As I have watched some of the video footage that has come out of France in the last two days - evocative images of human carnage: torment, grief, sorrow, and suffering, my mind has once again been directed to the question - why all this suffering? Why is the human family so often experiencing agony? In ancient, Greco-Roman times, Jesus of Nazareth was approached by a group of individuals who wanted him to explain a great tragedy for the Jewish nation. A group of Galilean Jews had been in their temple worshiping and Pilate had come in and mingled the blood of the worshipers with the sacrifices they were offering. A massacre had occurred in a holy site of the Jews.Jesus answered the question of tragedy, violence, injustice, and visible evil with these words, twice repeated, "but, you repent." What an incredibly strange response. What did he mean? How could those ancient words offer me a direction for my own jumbled internal space where thoughts seem to have jagged edges today and as they cascade around my mind they gash and wound? How could Jesus help me process human persons slaughtering other human persons - a longitudinal, unremitting willful slaughtering of each other without reprieve?

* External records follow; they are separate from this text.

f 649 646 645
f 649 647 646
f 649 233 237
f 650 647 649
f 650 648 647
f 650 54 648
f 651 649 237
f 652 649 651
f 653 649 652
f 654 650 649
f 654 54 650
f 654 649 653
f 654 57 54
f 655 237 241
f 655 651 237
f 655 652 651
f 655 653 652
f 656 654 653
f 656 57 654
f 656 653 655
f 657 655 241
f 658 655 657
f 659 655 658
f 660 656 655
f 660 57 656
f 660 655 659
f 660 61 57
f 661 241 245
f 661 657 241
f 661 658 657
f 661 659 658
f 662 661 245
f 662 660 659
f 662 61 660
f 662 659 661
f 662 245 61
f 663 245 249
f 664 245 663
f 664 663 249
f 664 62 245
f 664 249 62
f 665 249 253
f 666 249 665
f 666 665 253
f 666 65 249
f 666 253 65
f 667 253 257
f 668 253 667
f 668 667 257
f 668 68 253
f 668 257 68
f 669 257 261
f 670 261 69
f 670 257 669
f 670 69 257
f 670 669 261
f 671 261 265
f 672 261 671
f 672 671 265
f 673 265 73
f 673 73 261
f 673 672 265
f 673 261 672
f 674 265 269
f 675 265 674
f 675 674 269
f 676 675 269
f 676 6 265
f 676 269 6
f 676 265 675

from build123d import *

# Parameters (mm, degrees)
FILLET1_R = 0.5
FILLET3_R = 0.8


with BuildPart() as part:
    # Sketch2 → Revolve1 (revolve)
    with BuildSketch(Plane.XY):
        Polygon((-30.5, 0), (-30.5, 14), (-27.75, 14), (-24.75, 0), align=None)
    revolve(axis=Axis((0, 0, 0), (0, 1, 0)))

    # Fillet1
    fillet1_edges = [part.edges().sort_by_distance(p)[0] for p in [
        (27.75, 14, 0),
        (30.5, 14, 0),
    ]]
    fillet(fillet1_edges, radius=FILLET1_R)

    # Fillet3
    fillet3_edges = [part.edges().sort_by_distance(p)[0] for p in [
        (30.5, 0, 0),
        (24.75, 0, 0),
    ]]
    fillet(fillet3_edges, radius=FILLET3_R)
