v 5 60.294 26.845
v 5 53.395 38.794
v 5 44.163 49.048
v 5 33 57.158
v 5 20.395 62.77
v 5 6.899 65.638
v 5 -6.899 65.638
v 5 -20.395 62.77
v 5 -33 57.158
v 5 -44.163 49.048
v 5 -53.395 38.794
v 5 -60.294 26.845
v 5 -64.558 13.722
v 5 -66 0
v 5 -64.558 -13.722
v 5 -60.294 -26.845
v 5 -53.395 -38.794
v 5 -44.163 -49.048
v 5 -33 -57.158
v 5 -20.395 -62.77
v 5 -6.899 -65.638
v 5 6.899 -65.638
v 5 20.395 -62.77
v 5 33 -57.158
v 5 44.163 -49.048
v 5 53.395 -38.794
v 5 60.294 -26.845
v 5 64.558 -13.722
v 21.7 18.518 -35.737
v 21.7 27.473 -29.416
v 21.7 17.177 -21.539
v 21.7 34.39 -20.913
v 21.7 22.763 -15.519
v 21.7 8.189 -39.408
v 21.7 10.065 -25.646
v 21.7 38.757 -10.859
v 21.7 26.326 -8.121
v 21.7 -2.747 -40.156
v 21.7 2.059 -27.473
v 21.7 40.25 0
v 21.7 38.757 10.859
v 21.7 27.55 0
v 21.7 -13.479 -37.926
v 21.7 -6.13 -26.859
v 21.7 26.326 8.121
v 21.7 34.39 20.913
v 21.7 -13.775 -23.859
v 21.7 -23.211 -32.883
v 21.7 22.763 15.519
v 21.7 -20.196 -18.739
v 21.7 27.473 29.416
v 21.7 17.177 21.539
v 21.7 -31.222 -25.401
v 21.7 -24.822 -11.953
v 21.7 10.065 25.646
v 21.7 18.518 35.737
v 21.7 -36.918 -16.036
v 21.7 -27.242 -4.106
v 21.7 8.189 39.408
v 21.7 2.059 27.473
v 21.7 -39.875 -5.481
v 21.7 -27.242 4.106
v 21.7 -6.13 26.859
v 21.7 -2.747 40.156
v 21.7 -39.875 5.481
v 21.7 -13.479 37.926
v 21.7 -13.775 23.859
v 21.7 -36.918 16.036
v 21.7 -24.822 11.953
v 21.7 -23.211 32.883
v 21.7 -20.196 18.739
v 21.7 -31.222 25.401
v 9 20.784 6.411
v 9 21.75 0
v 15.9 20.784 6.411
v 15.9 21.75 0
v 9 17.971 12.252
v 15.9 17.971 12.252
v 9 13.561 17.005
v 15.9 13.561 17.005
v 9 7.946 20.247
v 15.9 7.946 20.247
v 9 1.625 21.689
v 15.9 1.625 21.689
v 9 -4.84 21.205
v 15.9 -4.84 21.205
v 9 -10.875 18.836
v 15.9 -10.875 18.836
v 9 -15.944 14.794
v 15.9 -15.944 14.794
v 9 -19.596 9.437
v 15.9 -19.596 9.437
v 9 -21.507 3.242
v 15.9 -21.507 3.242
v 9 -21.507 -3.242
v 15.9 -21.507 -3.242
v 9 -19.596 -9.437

Well, I think the first response to great evil and great suffering is always humility. I need to repent - or turn aside, from thinking I could ever understand why this evil took place - I couldn't. I need to repent of immediately reflexing to an analytical, disembodied, abstract conceptualization response to the depth of this tragedy rather than simply surrendering to a lament that embraces the other and shares the sorrowing space of the other. I need to resort to weeping with those who weep - not as something I perceive as provisional, until I figure out something better; but as my best response.
And... more than this, as I step back from this tragedy, I find the premeditation of the terrorists completely repugnant, their violence dehumanizing and their bravado after the fact - soul-less. The disfigured beauty of human-beingness that the violators of this action display asks me some deep questions - what have they known of love?, and more, what have they known of God?
I think that as I weep with those who weep I must also courageously respond to this question: " where in my own community can I offer love to those who are being dehumanized?"